What are these practical bridges, and where are they supposed to lead?

“The stable two-parent family is what we want,” Brooks concludes.  “A few economic support programs and a confident social script could make an enormous difference in getting us there.”

Instead of offering any examples of economic support programs, Brooks offers condescending advice such as “Find someone you love before you have intercourse” and “Create a couple’s budget to make sure you can afford this.”  He also name-checks Chicago Mayor Rahm Emanuel as a “vocal leader in this cause,” failing to mention that Emanuel has been spearheading a racist policy of school closures, police violence, and segregation.

But it’s the first part that is most insidious.  Brooks hearkens back to a romanticized, idealized vision of what marriage is or should be.  But as Friedrich Engels taught us long ago, in The Origin of the Family, Private Property, and the State:

“That the mutual affection of the people concerned should be the one paramount reason for marriage, outweighing everything else, was and always had been absolutely unheard of in the practice of the ruling classes; that sort of thing only happened in romance – or among the oppressed classes, which did not count.”

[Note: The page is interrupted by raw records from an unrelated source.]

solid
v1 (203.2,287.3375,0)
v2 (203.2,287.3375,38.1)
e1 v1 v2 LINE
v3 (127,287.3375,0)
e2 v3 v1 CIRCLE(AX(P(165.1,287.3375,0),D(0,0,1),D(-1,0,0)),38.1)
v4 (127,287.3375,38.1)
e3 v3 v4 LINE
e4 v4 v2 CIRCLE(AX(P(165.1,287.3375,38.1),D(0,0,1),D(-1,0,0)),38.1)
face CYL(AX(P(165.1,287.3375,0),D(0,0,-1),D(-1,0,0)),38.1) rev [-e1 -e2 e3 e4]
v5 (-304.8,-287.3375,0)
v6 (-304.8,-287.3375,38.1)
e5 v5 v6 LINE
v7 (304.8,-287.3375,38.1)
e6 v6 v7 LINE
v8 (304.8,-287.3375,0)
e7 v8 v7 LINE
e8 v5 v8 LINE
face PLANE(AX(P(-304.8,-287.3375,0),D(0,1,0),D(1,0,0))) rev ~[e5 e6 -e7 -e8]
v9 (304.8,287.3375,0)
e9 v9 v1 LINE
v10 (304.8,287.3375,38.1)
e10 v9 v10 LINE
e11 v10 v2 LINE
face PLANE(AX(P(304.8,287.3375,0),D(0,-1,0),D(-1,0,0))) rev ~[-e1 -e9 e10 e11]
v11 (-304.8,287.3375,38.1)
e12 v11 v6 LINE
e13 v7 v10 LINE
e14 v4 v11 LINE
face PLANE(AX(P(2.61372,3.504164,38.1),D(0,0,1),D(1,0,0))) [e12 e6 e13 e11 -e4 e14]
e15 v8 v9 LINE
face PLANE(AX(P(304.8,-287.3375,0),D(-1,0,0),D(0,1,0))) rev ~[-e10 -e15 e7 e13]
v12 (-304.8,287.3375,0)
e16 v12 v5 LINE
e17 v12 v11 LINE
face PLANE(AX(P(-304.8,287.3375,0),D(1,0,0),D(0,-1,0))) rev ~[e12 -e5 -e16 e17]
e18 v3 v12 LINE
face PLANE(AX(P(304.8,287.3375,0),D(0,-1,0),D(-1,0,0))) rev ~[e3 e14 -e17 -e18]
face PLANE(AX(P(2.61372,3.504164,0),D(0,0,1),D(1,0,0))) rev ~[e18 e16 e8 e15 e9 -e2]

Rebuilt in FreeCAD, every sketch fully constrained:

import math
import FreeCAD as App
import Part
import Sketcher

V = App.Vector
Q = App.Units.Quantity

doc = App.newDocument("Part")
params = doc.addObject("Spreadsheet::Sheet", "Params")
for row, (alias, value) in enumerate([
    ("sketch1_width", "24 in"),
    ("sketch1_height", "22.625 in"),
    ("pad1_length", "1.5 in"),
    ("sketch2_radius", "1.5 in"),
    ("pocket1_length", "1.5 in"),
], start=1):
    params.set(f"A{row}", alias)
    params.set(f"B{row}", "=" + value)
    params.setAlias(f"B{row}", alias)

body = doc.addObject("PartDesign::Body", "Body")

# Sketch on XY plane
sketch1 = body.newObject("Sketcher::SketchObject", "Sketch")
sketch1.AttachmentSupport = (doc.getObject("XY_Plane"), [""])
sketch1.MapMode = "FlatFace"
sketch1.addGeometry(Part.LineSegment(V(305, -287, 0), V(305, 287, 0)), False)
sketch1.addGeometry(Part.LineSegment(V(305, 287, 0), V(-305, 287, 0)), False)
sketch1.addGeometry(Part.LineSegment(V(-305, 287, 0), V(-305, -287, 0)), False)
sketch1.addGeometry(Part.LineSegment(V(-305, -287, 0), V(305, -287, 0)), False)
sketch1.addConstraint(Sketcher.Constraint("Coincident", 0, 2, 1, 1))
sketch1.addConstraint(Sketcher.Constraint("Coincident", 1, 2, 2, 1))
sketch1.addConstraint(Sketcher.Constraint("Coincident", 2, 2, 3, 1))
sketch1.addConstraint(Sketcher.Constraint("Coincident", 3, 2, 0, 1))
sketch1.addConstraint(Sketcher.Constraint("Vertical", 0))
sketch1.addConstraint(Sketcher.Constraint("Horizontal", 1))
sketch1.addConstraint(Sketcher.Constraint("Vertical", 2))
sketch1.addConstraint(Sketcher.Constraint("Horizontal", 3))
sketch1.addConstraint(Sketcher.Constraint("Symmetric", 0, 2, 2, 2, -1, 1))
sketch1.addConstraint(Sketcher.Constraint("DistanceX", 1, 2, 1, 1, Q("24 in")))
sketch1.addConstraint(Sketcher.Constraint("DistanceY", 0, 1, 0, 2, Q("22.625 in")))
sketch1.setExpression("Constraints[9]", "Params.sketch1_width")
sketch1.setExpression("Constraints[10]", "Params.sketch1_height")
pad1 = body.newObject("PartDesign::Pad", "Pad")
pad1.Profile = sketch1
pad1.setExpression("Length", "Params.pad1_length")

# Sketch on XY plane
sketch2 = body.newObject("Sketcher::SketchObject", "Sketch001")
sketch2.AttachmentSupport = (doc.getObject("XY_Plane"), [""])
sketch2.MapMode = "FlatFace"
sketch2.addGeometry(Part.ArcOfCircle(Part.Circle(V(165, 287, 0), V(0, 0, 1), 38), math.radians(180), math.radians(360)), False)
sketch2.addGeometry(Part.LineSegment(V(203, 287, 0), V(127, 287, 0)), False)
sketch2.addConstraint(Sketcher.Constraint("Coincident", 0, 1, 1, 2))
sketch2.addConstraint(Sketcher.Constraint("Coincident", 1, 1, 0, 2))
sketch2.addConstraint(Sketcher.Constraint("Horizontal", 1))
sketch2.addConstraint(Sketcher.Constraint("Radius", 0, Q("1.5 in")))
sketch2.addConstraint(Sketcher.Constraint("DistanceX", -1, 1, 0, 1, Q("5 in")))
sketch2.addConstraint(Sketcher.Constraint("DistanceY", -1, 1, 0, 3, Q("11.3125 in")))
sketch2.addConstraint(Sketcher.Constraint("DistanceY", -1, 1, 0, 1, Q("11.3125 in")))
sketch2.setExpression("Constraints[3]", "Params.sketch2_radius")
pocket1 = body.newObject("PartDesign::Pocket", "Pocket")
pocket1.Profile = sketch2
pocket1.setExpression("Length", "Params.pocket1_length")
pocket1.Reversed = True

doc.recompute()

Brooks’s idea of marriage is and was a patriarchal institution based on property rights.  Engels explains:

“Monogamy was the first form of the family not founded on natural, but on economic conditions, viz.: the victory of private property over primitive and natural collectivism.”

Our idea of marriage developed alongside the concept of private property, and with it came patriarchy, misogyny, and the subjugation of women.  Monogamy, as well as the “no-sex-until-marriage” attitude that Brooks espouses in his column, stem from the desire of men to ensure that their children are really theirs so that their property can never pass down into another’s family.

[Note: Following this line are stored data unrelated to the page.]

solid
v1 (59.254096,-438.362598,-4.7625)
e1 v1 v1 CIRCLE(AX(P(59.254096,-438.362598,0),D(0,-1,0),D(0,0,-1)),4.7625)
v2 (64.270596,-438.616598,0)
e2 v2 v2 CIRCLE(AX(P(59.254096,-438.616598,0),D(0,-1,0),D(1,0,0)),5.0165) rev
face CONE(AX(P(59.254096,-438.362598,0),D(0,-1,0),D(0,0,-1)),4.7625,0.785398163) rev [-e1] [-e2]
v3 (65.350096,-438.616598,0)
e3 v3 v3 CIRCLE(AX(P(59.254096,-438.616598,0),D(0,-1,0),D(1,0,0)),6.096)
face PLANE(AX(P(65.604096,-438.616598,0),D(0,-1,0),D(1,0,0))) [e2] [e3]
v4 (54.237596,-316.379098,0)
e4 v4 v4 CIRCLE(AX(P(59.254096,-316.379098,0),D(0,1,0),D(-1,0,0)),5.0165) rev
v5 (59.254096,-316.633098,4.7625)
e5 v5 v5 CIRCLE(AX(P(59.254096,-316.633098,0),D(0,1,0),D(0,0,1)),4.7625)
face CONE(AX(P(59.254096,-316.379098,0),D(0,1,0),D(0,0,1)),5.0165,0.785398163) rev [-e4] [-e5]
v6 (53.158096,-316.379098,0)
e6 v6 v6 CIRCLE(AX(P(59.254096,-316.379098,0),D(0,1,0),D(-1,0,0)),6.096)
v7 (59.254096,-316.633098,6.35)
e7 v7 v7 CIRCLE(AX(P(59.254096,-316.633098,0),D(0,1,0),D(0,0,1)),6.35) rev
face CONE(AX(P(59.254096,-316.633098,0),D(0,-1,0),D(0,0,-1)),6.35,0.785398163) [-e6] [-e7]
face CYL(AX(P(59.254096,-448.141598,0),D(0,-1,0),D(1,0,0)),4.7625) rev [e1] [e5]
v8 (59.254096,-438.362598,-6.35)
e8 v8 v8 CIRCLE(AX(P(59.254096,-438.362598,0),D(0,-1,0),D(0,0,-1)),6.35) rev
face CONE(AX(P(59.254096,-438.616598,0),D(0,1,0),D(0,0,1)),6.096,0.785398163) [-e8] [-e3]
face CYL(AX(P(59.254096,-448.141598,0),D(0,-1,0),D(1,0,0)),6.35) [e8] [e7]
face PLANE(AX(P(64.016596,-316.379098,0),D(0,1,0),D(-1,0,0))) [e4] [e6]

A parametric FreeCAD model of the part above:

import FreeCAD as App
import Part
import Sketcher
Q = App.Units.Quantity


def edges_at(feature, points):
    """Names of the edges that pass closest to the given points."""
    edges = feature.Shape.Edges
    near = lambda p: min(range(len(edges)), key=lambda i: edges[i].distToShape(Part.Vertex(*p))[0])
    return sorted({f"Edge{near(p) + 1}" for p in points})

doc = App.newDocument("Part")
body = doc.addObject("PartDesign::Body", "Body")

sketch1 = doc.addObject("Sketcher::SketchObject", "Sketch")
body.addObject(sketch1)
sketch1.AttachmentSupport = (doc.XY_Plane, [""])
sketch1.MapMode = "FlatFace"
sketch1.addGeometry([
    Part.LineSegment(App.Vector(64, -316.4, 0), App.Vector(64, -438.6, 0)),
    Part.LineSegment(App.Vector(64, -438.6, 0), App.Vector(65.6, -438.6, 0)),
    Part.LineSegment(App.Vector(65.6, -438.6, 0), App.Vector(65.6, -316.4, 0)),
    Part.LineSegment(App.Vector(65.6, -316.4, 0), App.Vector(64, -316.4, 0)),
], False)
sketch1.addGeometry(Part.LineSegment(App.Vector(59.3, -438.6, 0), App.Vector(59.3, -316.4, 0)), True)
sketch1.addConstraint([
    Sketcher.Constraint("Coincident", 0, 2, 1, 1),
    Sketcher.Constraint("Coincident", 1, 2, 2, 1),
    Sketcher.Constraint("Coincident", 2, 2, 3, 1),
    Sketcher.Constraint("Coincident", 3, 2, 0, 1),
    Sketcher.Constraint("Vertical", 0),
    Sketcher.Constraint("Horizontal", 1),
    Sketcher.Constraint("Vertical", 2),
    Sketcher.Constraint("Horizontal", 3),
    Sketcher.Constraint("Vertical", 4),
    Sketcher.Constraint("Horizontal", 1, 2, 4, 1),
    Sketcher.Constraint("Horizontal", 3, 2, 4, 2),
    Sketcher.Constraint("DistanceX", 1, 1, 1, 2, Q("0.0625 in")),
    Sketcher.Constraint("DistanceY", 0, 2, 0, 1, Q("4.8125 in")),
    Sketcher.Constraint("DistanceX", 4, 1, 1, 2, Q("0.25 in")),
    Sketcher.Constraint("DistanceY", 0, 2, -1, 1, Q("438.616598 mm")),
    Sketcher.Constraint("DistanceX", -1, 1, 0, 2, Q("64.016596 mm")),
])
revolution = doc.addObject("PartDesign::Revolution", "Revolution")
body.addObject(revolution)
revolution.Profile = sketch1
revolution.ReferenceAxis = (sketch1, ["Axis0"])
revolution.Angle = 360
doc.recompute()

chamfer = doc.addObject("PartDesign::Chamfer", "Chamfer")
body.addObject(chamfer)
chamfer.Base = (revolution, edges_at(revolution, [
    (52.904, -438.617, 0),
    (52.904, -316.379, 0),
    (54.492, -316.379, 0),
    (54.492, -438.617, 0),
]))
chamfer.Size = Q("0.01 in")

doc.recompute()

The supposed epidemic of “deadbeat dads” Brooks and others lament is the natural result of foisting bourgeoisie notions of marriage on oppressed people.  People like Brooks (wealthy white people) do not stay married because they’re more romantic or because they love each other more, but because their marriages (whether they know it or not) are secured by vast quantities of wealth.

The “deadbeat dads” of America’s inner cities have no private property.  They live in crippling poverty, and the notion that they should simply not have children if they can’t afford it borders on eugenics.  None of them can afford it.  This is why organizations like Black Lives Matter are opposed to the “traditional family;” it is an oppressive notion that has no place in their communities.

I don’t expect a dialectical materialist understanding of family relations from a neocon like David Brooks.  What I do expect – what we all should expect – is a society that recognizes the material conditions faced by its citizens, and seeks to change those conditions when they create poverty and suffering.

Instead of treating monogamy as an end unto itself, we should seek to end the conditions that lead to families requiring two parents for children to receive all the opportunities they deserve.   With financial pressures removed, fathers would be truly free to be there for their children.